UNO-Diplomaten verweisen darauf, daß diese angeblichen Zugeständnisse bislang vom irakischen UNO-Botschafter nur mündlich UNO-Generalsekretär Perez de Cuellar unterbreitet wurden. KurdenvertreterInnen in Genf — wie auch in Teheran und Damaskus — begründeten in den letzten Tagen ihre Skepsis mit den schlechten Erfahrungen der Vergangenheit. Bereits 1970 schloß das irakische Regime eine ähnliche Vereinbarung mit Mustafa Barzani, die jedoch nie eingelöst wurde. Seitdem wurden — die Zeit seit Ende des Golfkrieges nicht mitgerechnet — über 200.000 Kurden umgebracht. Im April 1989 ließ Saddam Hussein ein Parlament mit 250 ihm treu ergebenen Abgeordneten „wählen“, das über keinerlei eigenständige Kompetenzen verfügt. Am 19. Juli 1990, wenige Tage vor der irakischen Invasion in Kuwait, segnete dieses Parlament einen Entwurf für eine neue, demokratischere Verfassung ab. Am selben Tag versprach Saddam die Abhaltung einer „direkten, geheimen Volksabstimmung“ noch im Jahr 1990.

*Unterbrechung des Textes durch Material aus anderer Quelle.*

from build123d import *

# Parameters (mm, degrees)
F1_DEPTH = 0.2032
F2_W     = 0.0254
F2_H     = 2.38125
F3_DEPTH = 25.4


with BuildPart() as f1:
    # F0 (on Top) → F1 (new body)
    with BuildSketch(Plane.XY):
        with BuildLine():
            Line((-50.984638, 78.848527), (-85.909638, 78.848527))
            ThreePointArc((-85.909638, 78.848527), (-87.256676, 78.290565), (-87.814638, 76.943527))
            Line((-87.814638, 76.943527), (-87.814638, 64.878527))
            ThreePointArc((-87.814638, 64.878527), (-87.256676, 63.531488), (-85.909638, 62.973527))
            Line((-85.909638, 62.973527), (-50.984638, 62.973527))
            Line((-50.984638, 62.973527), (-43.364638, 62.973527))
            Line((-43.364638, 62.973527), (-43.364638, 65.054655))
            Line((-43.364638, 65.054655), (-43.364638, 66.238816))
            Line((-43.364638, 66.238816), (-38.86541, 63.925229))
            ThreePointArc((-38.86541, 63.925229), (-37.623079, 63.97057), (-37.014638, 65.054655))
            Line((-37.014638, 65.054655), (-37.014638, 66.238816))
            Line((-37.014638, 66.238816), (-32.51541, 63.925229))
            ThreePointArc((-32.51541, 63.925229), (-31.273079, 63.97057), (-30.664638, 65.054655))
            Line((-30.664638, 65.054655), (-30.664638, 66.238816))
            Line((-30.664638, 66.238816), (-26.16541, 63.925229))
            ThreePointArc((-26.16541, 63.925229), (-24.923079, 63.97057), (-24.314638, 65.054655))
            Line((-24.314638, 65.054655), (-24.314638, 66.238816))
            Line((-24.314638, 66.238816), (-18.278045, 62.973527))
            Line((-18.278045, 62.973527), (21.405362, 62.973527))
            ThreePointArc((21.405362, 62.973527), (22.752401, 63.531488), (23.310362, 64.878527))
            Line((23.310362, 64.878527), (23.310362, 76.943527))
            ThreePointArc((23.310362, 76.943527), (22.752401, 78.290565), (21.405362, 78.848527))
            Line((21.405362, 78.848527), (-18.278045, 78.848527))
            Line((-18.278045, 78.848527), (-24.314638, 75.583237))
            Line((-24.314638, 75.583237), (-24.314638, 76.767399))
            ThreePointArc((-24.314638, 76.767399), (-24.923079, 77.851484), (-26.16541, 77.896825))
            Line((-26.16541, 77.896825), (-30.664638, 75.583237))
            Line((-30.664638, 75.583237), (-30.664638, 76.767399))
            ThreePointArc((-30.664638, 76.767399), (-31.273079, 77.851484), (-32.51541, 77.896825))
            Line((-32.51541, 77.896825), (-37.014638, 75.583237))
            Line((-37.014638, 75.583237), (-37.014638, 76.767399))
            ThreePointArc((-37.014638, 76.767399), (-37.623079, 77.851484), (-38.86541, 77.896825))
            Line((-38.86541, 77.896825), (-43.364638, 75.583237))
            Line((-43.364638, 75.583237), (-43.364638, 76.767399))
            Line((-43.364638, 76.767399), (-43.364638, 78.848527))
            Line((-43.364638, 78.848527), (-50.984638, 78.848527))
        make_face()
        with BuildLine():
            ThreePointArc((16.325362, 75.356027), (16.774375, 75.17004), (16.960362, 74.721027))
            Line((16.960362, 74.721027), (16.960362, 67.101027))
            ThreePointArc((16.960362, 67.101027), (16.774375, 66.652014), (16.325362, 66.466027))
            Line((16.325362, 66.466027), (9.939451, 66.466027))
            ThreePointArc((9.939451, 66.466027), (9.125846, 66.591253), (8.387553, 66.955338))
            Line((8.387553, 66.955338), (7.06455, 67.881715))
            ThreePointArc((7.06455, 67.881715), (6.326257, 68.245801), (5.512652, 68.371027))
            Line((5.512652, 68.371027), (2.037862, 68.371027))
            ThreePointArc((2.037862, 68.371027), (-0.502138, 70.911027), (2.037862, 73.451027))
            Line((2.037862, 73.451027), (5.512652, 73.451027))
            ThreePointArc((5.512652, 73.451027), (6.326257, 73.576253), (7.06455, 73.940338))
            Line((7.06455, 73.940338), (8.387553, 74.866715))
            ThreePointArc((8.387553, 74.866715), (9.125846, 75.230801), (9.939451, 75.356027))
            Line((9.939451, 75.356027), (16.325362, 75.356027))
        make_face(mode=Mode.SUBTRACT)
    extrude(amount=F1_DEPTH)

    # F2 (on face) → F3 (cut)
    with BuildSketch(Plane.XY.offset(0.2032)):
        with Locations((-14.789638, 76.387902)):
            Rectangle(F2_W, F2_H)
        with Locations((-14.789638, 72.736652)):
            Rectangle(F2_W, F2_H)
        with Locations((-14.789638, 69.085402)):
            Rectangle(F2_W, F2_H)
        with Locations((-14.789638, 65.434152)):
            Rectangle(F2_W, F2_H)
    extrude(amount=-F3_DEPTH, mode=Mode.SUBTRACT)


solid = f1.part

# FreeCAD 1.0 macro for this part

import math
import FreeCAD as App
import Part
import Sketcher
Q = App.Units.Quantity


def add_polygon(sketch, points):
    """Adds a closed chain of lines whose ends are joined by coincident constraints."""
    first, n = sketch.GeometryCount, len(points)
    for a, b in zip(points, points[1:] + points[:1]):
        sketch.addGeometry(Part.LineSegment(App.Vector(*a, 0), App.Vector(*b, 0)), False)
    for i in range(n):
        sketch.addConstraint(Sketcher.Constraint("Coincident", first + i, 2, first + (i + 1) % n, 1))

doc = App.newDocument("Part")
params = doc.addObject("Spreadsheet::Sheet", "Params")
for row, (alias, value) in enumerate([
    ("sketch1_radius", "0.1 in"),
    ("sketch1_radius2", "0.05 in"),
    ("sketch1_height", "0.3 in"),
    ("sketch1_radius3", "0.0750001 in"),
    ("sketch1_radius4", "0.025 in"),
    ("pad1_length", "0.008 in"),
    ("sketch2_width", "0.001 in"),
    ("sketch2_height", "0.09375 in"),
    ("pocket1_length", "1 in"),
], start=1):
    params.set(f"A{row}", alias)
    params.set(f"B{row}", "=" + value)
    params.setAlias(f"B{row}", alias)

body = doc.addObject("PartDesign::Body", "Body")

sketch1 = doc.addObject("Sketcher::SketchObject", "Sketch")
body.addObject(sketch1)
sketch1.AttachmentSupport = (doc.XY_Plane, [""])
sketch1.MapMode = "FlatFace"
sketch1.addGeometry([
    Part.ArcOfCircle(Part.Circle(App.Vector(-85.9, 76.9, 0), App.Vector(0, 0, 1), 1.9), math.radians(90), math.radians(180)),
    Part.LineSegment(App.Vector(-87.8, 76.9, 0), App.Vector(-87.8, 64.9, 0)),
    Part.ArcOfCircle(Part.Circle(App.Vector(-85.9, 64.9, 0), App.Vector(0, 0, 1), 1.9), math.radians(180), math.radians(270)),
    Part.LineSegment(App.Vector(-85.9, 63, 0), App.Vector(-43.4, 63, 0)),
    Part.LineSegment(App.Vector(-43.4, 63, 0), App.Vector(-43.4, 66.2, 0)),
    Part.LineSegment(App.Vector(-43.4, 66.2, 0), App.Vector(-38.9, 63.9, 0)),
    Part.ArcOfCircle(Part.Circle(App.Vector(-38.3, 65.1, 0), App.Vector(0, 0, 1), 1.3), math.radians(-117), math.radians(0)),
    Part.LineSegment(App.Vector(-37, 65.1, 0), App.Vector(-37, 66.2, 0)),
    Part.LineSegment(App.Vector(-37, 66.2, 0), App.Vector(-32.5, 63.9, 0)),
    Part.ArcOfCircle(Part.Circle(App.Vector(-31.9, 65.1, 0), App.Vector(0, 0, 1), 1.3), math.radians(-117), math.radians(0)),
    Part.LineSegment(App.Vector(-30.7, 65.1, 0), App.Vector(-30.7, 66.2, 0)),
    Part.LineSegment(App.Vector(-30.7, 66.2, 0), App.Vector(-26.2, 63.9, 0)),
    Part.ArcOfCircle(Part.Circle(App.Vector(-25.6, 65.1, 0), App.Vector(0, 0, 1), 1.3), math.radians(-117), math.radians(0)),
    Part.LineSegment(App.Vector(-24.3, 65.1, 0), App.Vector(-24.3, 66.2, 0)),
    Part.LineSegment(App.Vector(-24.3, 66.2, 0), App.Vector(-18.3, 63, 0)),
    Part.LineSegment(App.Vector(-18.3, 63, 0), App.Vector(21.4, 63, 0)),
    Part.ArcOfCircle(Part.Circle(App.Vector(21.4, 64.9, 0), App.Vector(0, 0, 1), 1.9), math.radians(-90), math.radians(0)),
    Part.LineSegment(App.Vector(23.3, 64.9, 0), App.Vector(23.3, 76.9, 0)),
    Part.ArcOfCircle(Part.Circle(App.Vector(21.4, 76.9, 0), App.Vector(0, 0, 1), 1.9), math.radians(0), math.radians(90)),
    Part.LineSegment(App.Vector(21.4, 78.8, 0), App.Vector(-18.3, 78.8, 0)),
    Part.LineSegment(App.Vector(-18.3, 78.8, 0), App.Vector(-24.3, 75.6, 0)),
    Part.LineSegment(App.Vector(-24.3, 75.6, 0), App.Vector(-24.3, 76.8, 0)),
    Part.ArcOfCircle(Part.Circle(App.Vector(-25.6, 76.8, 0), App.Vector(0, 0, 1), 1.3), math.radians(0), math.radians(117)),
    Part.LineSegment(App.Vector(-26.2, 77.9, 0), App.Vector(-30.7, 75.6, 0)),
    Part.LineSegment(App.Vector(-30.7, 75.6, 0), App.Vector(-30.7, 76.8, 0)),
    Part.ArcOfCircle(Part.Circle(App.Vector(-31.9, 76.8, 0), App.Vector(0, 0, 1), 1.3), math.radians(0), math.radians(117)),
    Part.LineSegment(App.Vector(-32.5, 77.9, 0), App.Vector(-37, 75.6, 0)),
    Part.LineSegment(App.Vector(-37, 75.6, 0), App.Vector(-37, 76.8, 0)),
    Part.ArcOfCircle(Part.Circle(App.Vector(-38.3, 76.8, 0), App.Vector(0, 0, 1), 1.3), math.radians(0), math.radians(117)),
    Part.LineSegment(App.Vector(-38.9, 77.9, 0), App.Vector(-43.4, 75.6, 0)),
    Part.LineSegment(App.Vector(-43.4, 75.6, 0), App.Vector(-43.4, 78.8, 0)),
    Part.LineSegment(App.Vector(-43.4, 78.8, 0), App.Vector(-85.9, 78.8, 0)),
    Part.LineSegment(App.Vector(9.9, 75.4, 0), App.Vector(16.3, 75.4, 0)),
    Part.ArcOfCircle(Part.Circle(App.Vector(16.3, 74.7, 0), App.Vector(0, 0, 1), 0.6), math.radians(0), math.radians(90)),
    Part.LineSegment(App.Vector(17, 74.7, 0), App.Vector(17, 67.1, 0)),
    Part.ArcOfCircle(Part.Circle(App.Vector(16.3, 67.1, 0), App.Vector(0, 0, 1), 0.6), math.radians(-90), math.radians(0)),
    Part.LineSegment(App.Vector(16.3, 66.5, 0), App.Vector(9.9, 66.5, 0)),
    Part.ArcOfCircle(Part.Circle(App.Vector(9.9, 69.2, 0), App.Vector(0, 0, 1), 2.7), math.radians(-125), math.radians(-90)),
    Part.LineSegment(App.Vector(8.4, 67, 0), App.Vector(7.1, 67.9, 0)),
    Part.ArcOfCircle(Part.Circle(App.Vector(5.5, 65.7, 0), App.Vector(0, 0, 1), 2.7), math.radians(55), math.radians(90)),
    Part.LineSegment(App.Vector(5.5, 68.4, 0), App.Vector(2, 68.4, 0)),
    Part.ArcOfCircle(Part.Circle(App.Vector(2, 70.9, 0), App.Vector(0, 0, 1), 2.5), math.radians(90), math.radians(270)),
    Part.LineSegment(App.Vector(2, 73.5, 0), App.Vector(5.5, 73.5, 0)),
    Part.ArcOfCircle(Part.Circle(App.Vector(5.5, 76.2, 0), App.Vector(0, 0, 1), 2.7), math.radians(-90), math.radians(-55)),
    Part.LineSegment(App.Vector(7.1, 73.9, 0), App.Vector(8.4, 74.9, 0)),
    Part.ArcOfCircle(Part.Circle(App.Vector(9.9, 72.7, 0), App.Vector(0, 0, 1), 2.7), math.radians(90), math.radians(125)),
], False)
sketch1.addConstraint([
    Sketcher.Constraint("Tangent", 0, 2, 1, 1),
    Sketcher.Constraint("Tangent", 1, 2, 2, 1),
    Sketcher.Constraint("Tangent", 2, 2, 3, 1),
    Sketcher.Constraint("Coincident", 3, 2, 4, 1),
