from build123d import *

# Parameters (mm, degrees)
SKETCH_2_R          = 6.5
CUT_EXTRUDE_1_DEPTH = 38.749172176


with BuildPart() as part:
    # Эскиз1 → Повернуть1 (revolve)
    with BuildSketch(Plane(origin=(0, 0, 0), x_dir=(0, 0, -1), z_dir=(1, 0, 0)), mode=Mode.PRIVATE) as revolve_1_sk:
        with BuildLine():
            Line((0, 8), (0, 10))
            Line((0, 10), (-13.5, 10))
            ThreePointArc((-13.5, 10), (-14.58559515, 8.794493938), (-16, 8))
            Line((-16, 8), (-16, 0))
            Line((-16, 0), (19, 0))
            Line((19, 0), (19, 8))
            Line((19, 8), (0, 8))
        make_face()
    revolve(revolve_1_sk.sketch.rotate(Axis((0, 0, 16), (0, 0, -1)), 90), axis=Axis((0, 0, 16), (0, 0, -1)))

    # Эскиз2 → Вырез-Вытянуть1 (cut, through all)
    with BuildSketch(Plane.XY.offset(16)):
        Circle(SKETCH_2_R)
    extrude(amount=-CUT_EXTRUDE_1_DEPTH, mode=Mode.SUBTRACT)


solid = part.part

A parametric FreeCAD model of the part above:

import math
import FreeCAD as App
import Part
import Sketcher

V = App.Vector
Q = App.Units.Quantity

doc = App.newDocument("Part")
body = doc.addObject("PartDesign::Body", "Body")

# Sketch on YZ plane
sketch1 = body.newObject("Sketcher::SketchObject", "Sketch")
sketch1.AttachmentSupport = (doc.getObject("YZ_Plane"), [""])
sketch1.MapMode = "FlatFace"
sketch1.addGeometry(Part.LineSegment(V(8, 0, 0), V(10, 0, 0)), False)
sketch1.addGeometry(Part.LineSegment(V(10, 0, 0), V(10, 13.5, 0)), False)
sketch1.addGeometry(Part.ArcOfCircle(Part.Circle(V(12.7, 17.7, 0), V(0, 0, 1), 5), math.radians(-160), math.radians(-123)), False)
sketch1.addGeometry(Part.LineSegment(V(8, 16, 0), V(0, 16, 0)), False)
sketch1.addGeometry(Part.LineSegment(V(0, 16, 0), V(0, -19, 0)), False)
sketch1.addGeometry(Part.LineSegment(V(0, -19, 0), V(8, -19, 0)), False)
sketch1.addGeometry(Part.LineSegment(V(8, -19, 0), V(8, 0, 0)), False)
sketch1.addConstraint(Sketcher.Constraint("Coincident", 0, 2, 1, 1))
sketch1.addConstraint(Sketcher.Constraint("Coincident", 1, 2, 2, 2))
sketch1.addConstraint(Sketcher.Constraint("Coincident", 2, 1, 3, 1))
sketch1.addConstraint(Sketcher.Constraint("Coincident", 3, 2, 4, 1))
sketch1.addConstraint(Sketcher.Constraint("Coincident", 4, 2, 5, 1))
sketch1.addConstraint(Sketcher.Constraint("Coincident", 5, 2, 6, 1))
sketch1.addConstraint(Sketcher.Constraint("Coincident", 6, 2, 0, 1))
sketch1.addConstraint(Sketcher.Constraint("Horizontal", 0))
sketch1.addConstraint(Sketcher.Constraint("Vertical", 1))
sketch1.addConstraint(Sketcher.Constraint("Horizontal", 3))
sketch1.addConstraint(Sketcher.Constraint("Vertical", 4))
sketch1.addConstraint(Sketcher.Constraint("Horizontal", 5))
sketch1.addConstraint(Sketcher.Constraint("Vertical", 6))
sketch1.addConstraint(Sketcher.Constraint("PointOnObject", 0, 2, -1))
sketch1.addConstraint(Sketcher.Constraint("PointOnObject", 3, 2, -2))
sketch1.addConstraint(Sketcher.Constraint("Vertical", 2, 1, 5, 2))
sketch1.addConstraint(Sketcher.Constraint("Radius", 2, Q("5 mm")))
sketch1.addConstraint(Sketcher.Constraint("DistanceX", 0, 1, 0, 2, Q("2 mm")))
sketch1.addConstraint(Sketcher.Constraint("DistanceX", 3, 2, 3, 1, Q("8 mm")))
sketch1.addConstraint(Sketcher.Constraint("DistanceY", 4, 2, 4, 1, Q("35 mm")))
sketch1.addConstraint(Sketcher.Constraint("DistanceY", 6, 1, 6, 2, Q("19 mm")))
sketch1.addConstraint(Sketcher.Constraint("DistanceY", 1, 1, 1, 2, Q("13.5 mm")))
revolution = body.newObject("PartDesign::Revolution", "Revolution")
revolution.Profile = sketch1
revolution.ReferenceAxis = (sketch1, ["V_Axis"])
revolution.Angle = 360

# Sketch on XY plane
sketch2 = body.newObject("Sketcher::SketchObject", "Sketch001")
sketch2.AttachmentSupport = (doc.getObject("XY_Plane"), [""])
sketch2.MapMode = "FlatFace"
sketch2.AttachmentOffset = App.Placement(V(0, 0, 16), App.Rotation())
sketch2.addGeometry(Part.Circle(V(0, 0, 0), V(0, 0, 1), 6), False)
sketch2.addConstraint(Sketcher.Constraint("Coincident", 0, 3, -1, 1))
sketch2.addConstraint(Sketcher.Constraint("Diameter", 0, Q("13 mm")))
pocket1 = body.newObject("PartDesign::Pocket", "Pocket")
pocket1.Profile = sketch2
pocket1.Type = "ThroughAll"

doc.recompute()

Selbst Mitglieder der PUK kritisieren Talabanis bisherige Verhandlungsführung und seine „zu große Annäherung“ an Saddam Hussein. Einige vermuten taktische Motive. Talabani wolle möglicherweise Zeit gewinnen für einen Wiederaufbau der in den letzten Wochen von den irakischen Regierungstruppen weitgehend vernichteten bewaffneten kurdischen Verbände. Doch — so die Befürchtung der Kritiker — ermöglichten die jüngsten Vereinbarungen Saddam Hussein vor allem, die internationale Isolation seines Regimes zu durchbrechen und eine Lockerung der Wirtschaftssanktionen zu erreichen. Moniert wird auch, daß bei den bisherigen Erfolgsmeldungen Talabanis nicht von internationalen Garantien für die Einhaltung der Vereinbarungen die Rede war. An diesem Punkt erwarten KurdenvertreterInnen, daß die USA, Großbritannien und Frankreich — schon allein aus Eigeninteresse — stärker initiativ werden. Denn nur bei eindeutigen internationalen Garantien für Vereinbarungen mit Bagdad seien die Kurden bereit, in ihre Siedlungsgebiete zurückzukehren.

Die USA streben „autonome Region“ an

Die Vereinigten Staaten streben im Irak eine „permanente gesicherte autonome kurdische Region“ an, deren militärische Sicherheit von den Vereinten Nationen oder einem dritten Land mit multilateraler Unterstützung garantiert werden soll. Dies berichtete die britische Zeitung 'The Independent‘ unter Berufung auf ein vertrauliches US-Militärpapier. Interesse Washingtons ist dabei, möglichst rasch seine Truppen aus dem Nordirak abziehen zu können. US- Präsident Bush kommentierte den Zeitungsbericht mit den Worten, der Plan beschreibe keine offizielle Regierungspolitik. Die USA wollten den Irak nicht zergliedern oder aufteilen, andererseits müsse das Leben der Kurden geschützt werden.